_Assignment_: Using the records below, write out again exactly the lines that begin at the line containing "#230=CIRCLE('',#205,8.);" and end at the line containing "#238=CARTESIAN_POINT('',(17.5,-30.,6.));", and no other lines.

Start of Extracted data

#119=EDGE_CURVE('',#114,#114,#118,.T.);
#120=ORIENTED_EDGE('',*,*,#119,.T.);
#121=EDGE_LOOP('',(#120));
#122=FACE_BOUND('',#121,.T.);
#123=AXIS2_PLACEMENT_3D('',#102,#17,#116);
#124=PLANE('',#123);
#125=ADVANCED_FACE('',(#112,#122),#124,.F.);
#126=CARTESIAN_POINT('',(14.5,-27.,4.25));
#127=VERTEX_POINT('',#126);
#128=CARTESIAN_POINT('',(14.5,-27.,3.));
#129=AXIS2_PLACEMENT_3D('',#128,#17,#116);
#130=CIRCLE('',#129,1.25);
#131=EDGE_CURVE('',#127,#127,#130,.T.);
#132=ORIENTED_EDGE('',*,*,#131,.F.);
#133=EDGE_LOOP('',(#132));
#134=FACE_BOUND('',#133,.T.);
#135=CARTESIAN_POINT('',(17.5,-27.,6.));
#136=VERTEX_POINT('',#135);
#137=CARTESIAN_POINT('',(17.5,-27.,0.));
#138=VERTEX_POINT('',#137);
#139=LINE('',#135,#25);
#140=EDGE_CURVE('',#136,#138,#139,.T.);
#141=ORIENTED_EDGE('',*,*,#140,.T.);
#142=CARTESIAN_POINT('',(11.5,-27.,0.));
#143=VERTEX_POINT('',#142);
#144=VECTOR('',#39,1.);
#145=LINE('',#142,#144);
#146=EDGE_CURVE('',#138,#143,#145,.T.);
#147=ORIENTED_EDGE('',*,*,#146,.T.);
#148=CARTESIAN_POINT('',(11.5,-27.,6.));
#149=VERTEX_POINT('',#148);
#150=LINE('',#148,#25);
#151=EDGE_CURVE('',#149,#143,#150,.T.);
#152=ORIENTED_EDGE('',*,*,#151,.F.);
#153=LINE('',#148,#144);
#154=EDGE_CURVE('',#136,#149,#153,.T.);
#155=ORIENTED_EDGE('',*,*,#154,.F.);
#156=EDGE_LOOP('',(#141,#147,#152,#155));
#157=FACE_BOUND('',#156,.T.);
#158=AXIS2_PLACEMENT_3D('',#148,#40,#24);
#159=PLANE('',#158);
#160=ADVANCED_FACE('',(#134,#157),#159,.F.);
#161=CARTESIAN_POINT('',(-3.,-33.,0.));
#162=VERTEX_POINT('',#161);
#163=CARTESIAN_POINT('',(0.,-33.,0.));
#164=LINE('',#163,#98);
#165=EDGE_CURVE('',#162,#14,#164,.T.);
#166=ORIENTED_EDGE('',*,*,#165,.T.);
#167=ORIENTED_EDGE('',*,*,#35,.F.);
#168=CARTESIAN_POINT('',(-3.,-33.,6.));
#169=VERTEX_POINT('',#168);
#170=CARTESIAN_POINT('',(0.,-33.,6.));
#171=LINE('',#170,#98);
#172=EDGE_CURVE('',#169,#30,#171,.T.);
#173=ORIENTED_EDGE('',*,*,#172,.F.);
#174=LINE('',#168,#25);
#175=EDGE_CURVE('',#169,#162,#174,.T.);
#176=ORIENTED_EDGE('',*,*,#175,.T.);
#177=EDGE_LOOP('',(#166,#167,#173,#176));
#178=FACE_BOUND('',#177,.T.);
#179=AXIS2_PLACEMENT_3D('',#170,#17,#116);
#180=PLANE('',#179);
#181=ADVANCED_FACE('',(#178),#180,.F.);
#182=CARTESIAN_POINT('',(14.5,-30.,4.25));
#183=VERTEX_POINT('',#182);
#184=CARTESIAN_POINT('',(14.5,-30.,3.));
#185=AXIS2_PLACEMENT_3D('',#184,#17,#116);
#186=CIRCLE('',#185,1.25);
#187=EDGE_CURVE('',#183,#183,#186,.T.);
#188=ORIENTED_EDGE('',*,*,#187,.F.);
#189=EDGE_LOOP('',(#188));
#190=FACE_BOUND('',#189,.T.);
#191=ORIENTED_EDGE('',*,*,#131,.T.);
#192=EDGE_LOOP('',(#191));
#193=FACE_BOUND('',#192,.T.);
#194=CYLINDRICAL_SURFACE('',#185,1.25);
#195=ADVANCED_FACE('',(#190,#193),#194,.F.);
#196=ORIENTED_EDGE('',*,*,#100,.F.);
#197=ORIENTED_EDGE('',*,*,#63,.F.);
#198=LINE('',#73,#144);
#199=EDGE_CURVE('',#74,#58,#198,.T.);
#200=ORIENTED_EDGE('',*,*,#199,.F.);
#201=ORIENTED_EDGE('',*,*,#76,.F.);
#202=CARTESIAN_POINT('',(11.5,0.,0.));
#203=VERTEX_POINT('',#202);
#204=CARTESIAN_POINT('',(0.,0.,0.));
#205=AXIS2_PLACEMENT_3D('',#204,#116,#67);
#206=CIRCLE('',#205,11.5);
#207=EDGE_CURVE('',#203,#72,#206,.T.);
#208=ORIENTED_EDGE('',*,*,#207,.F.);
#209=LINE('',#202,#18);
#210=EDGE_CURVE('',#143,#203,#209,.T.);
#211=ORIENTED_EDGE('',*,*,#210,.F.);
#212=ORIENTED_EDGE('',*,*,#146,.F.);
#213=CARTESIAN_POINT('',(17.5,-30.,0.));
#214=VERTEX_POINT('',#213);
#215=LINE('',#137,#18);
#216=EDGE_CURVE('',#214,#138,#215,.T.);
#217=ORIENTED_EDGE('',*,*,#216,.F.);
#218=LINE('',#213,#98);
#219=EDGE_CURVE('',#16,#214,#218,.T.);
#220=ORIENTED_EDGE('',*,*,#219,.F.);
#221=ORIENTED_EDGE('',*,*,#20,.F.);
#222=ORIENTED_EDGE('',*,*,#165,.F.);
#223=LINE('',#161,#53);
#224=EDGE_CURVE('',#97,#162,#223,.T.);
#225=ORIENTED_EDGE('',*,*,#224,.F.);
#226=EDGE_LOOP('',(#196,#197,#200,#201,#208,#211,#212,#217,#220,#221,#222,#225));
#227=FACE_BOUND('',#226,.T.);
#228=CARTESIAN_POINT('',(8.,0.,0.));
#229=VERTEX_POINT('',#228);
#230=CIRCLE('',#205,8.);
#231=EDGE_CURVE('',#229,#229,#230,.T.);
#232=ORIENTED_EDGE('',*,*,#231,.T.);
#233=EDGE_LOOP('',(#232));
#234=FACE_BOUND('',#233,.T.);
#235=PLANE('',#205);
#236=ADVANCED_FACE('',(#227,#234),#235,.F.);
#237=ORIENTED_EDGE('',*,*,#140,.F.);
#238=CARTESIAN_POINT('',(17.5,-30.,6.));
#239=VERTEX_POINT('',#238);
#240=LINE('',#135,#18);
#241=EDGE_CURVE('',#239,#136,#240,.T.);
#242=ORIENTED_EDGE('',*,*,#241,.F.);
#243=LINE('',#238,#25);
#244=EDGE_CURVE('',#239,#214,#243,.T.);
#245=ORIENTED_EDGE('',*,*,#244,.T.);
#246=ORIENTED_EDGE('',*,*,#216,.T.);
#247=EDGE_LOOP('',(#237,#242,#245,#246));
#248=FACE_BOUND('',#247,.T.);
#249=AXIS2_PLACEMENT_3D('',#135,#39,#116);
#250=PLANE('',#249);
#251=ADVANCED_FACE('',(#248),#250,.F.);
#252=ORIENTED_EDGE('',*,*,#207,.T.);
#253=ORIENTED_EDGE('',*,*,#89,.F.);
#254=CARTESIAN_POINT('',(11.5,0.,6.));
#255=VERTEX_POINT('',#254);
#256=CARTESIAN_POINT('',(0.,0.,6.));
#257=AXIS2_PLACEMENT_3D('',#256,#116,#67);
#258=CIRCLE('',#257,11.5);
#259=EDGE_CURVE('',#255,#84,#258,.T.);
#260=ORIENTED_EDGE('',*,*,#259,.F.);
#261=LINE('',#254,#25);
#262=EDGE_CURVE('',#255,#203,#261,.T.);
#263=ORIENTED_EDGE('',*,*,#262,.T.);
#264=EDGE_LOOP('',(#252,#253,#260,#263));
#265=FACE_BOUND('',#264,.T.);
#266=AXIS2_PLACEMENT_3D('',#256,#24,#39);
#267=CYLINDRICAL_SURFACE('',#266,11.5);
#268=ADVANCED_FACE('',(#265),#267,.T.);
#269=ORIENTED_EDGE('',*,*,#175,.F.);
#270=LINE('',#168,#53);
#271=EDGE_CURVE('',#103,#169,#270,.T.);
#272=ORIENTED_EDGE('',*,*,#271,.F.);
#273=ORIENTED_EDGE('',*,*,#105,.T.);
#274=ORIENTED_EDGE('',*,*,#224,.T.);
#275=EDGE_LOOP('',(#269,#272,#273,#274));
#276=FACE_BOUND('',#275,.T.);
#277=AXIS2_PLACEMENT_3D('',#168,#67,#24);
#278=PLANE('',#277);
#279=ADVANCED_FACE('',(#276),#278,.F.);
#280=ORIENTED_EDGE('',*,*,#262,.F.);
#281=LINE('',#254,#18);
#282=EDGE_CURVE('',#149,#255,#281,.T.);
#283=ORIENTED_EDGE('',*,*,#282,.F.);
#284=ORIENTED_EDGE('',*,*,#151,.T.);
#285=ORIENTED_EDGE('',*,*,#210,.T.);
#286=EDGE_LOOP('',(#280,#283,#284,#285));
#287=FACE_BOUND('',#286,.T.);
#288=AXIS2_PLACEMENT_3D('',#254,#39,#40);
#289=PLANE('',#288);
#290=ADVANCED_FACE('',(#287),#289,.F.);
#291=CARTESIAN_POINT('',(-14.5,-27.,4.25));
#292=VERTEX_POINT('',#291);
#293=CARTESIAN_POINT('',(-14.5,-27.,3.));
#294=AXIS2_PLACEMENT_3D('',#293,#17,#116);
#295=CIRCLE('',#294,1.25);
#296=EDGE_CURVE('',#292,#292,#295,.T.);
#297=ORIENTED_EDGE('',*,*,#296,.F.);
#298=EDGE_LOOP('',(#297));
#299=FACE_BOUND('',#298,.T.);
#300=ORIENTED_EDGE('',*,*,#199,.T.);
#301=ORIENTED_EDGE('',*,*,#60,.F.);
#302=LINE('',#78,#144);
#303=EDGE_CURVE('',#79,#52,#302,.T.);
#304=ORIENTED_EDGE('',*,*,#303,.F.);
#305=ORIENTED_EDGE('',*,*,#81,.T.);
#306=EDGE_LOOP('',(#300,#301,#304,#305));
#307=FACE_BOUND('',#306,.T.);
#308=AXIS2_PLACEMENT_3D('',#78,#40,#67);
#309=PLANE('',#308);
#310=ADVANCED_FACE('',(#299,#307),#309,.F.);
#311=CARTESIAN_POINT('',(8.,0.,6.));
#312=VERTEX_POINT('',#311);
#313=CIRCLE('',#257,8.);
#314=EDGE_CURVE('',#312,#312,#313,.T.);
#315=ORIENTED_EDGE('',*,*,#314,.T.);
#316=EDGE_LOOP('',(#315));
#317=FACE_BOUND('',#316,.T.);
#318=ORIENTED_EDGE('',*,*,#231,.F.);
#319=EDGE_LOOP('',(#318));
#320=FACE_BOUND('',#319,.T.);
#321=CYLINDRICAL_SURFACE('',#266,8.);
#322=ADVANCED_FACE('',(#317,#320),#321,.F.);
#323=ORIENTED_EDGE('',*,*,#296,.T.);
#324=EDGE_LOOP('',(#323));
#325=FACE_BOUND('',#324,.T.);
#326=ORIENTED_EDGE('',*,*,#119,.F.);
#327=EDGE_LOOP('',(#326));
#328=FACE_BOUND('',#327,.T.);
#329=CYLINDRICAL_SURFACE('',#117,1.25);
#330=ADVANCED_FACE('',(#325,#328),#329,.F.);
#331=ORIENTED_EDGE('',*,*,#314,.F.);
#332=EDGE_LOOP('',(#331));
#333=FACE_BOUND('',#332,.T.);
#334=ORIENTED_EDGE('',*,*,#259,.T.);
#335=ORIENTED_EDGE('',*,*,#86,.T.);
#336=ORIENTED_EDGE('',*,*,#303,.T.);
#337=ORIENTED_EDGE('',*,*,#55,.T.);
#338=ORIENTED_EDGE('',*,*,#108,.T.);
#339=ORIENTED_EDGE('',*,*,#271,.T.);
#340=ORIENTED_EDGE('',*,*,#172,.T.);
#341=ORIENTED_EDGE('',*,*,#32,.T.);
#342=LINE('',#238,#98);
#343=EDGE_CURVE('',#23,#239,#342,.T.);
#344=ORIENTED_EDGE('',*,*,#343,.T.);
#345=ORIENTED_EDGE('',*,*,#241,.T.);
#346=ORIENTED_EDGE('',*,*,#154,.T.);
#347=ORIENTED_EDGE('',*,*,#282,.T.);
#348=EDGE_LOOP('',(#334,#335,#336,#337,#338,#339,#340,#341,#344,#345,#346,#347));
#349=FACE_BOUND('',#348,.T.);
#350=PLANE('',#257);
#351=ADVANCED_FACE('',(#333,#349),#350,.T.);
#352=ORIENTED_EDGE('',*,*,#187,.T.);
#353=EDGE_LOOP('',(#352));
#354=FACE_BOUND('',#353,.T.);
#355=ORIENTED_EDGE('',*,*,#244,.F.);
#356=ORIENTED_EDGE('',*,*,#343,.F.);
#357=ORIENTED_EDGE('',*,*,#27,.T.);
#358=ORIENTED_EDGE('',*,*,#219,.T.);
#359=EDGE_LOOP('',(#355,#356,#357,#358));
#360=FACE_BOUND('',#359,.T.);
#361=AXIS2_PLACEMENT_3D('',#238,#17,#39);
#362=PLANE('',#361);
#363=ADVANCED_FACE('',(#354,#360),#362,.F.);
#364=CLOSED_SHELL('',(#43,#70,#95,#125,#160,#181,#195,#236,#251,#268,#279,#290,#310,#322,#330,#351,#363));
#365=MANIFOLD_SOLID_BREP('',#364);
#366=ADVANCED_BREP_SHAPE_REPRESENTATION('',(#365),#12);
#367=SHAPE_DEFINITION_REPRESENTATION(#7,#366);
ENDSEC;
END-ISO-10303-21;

End of Extracted data

_Worked solution_:
#230=CIRCLE('',#205,8.);
#231=EDGE_CURVE('',#229,#229,#230,.T.);
#232=ORIENTED_EDGE('',*,*,#231,.T.);
#233=EDGE_LOOP('',(#232));
#234=FACE_BOUND('',#233,.T.);
#235=PLANE('',#205);
#236=ADVANCED_FACE('',(#227,#234),#235,.F.);
#237=ORIENTED_EDGE('',*,*,#140,.F.);
#238=CARTESIAN_POINT('',(17.5,-30.,6.));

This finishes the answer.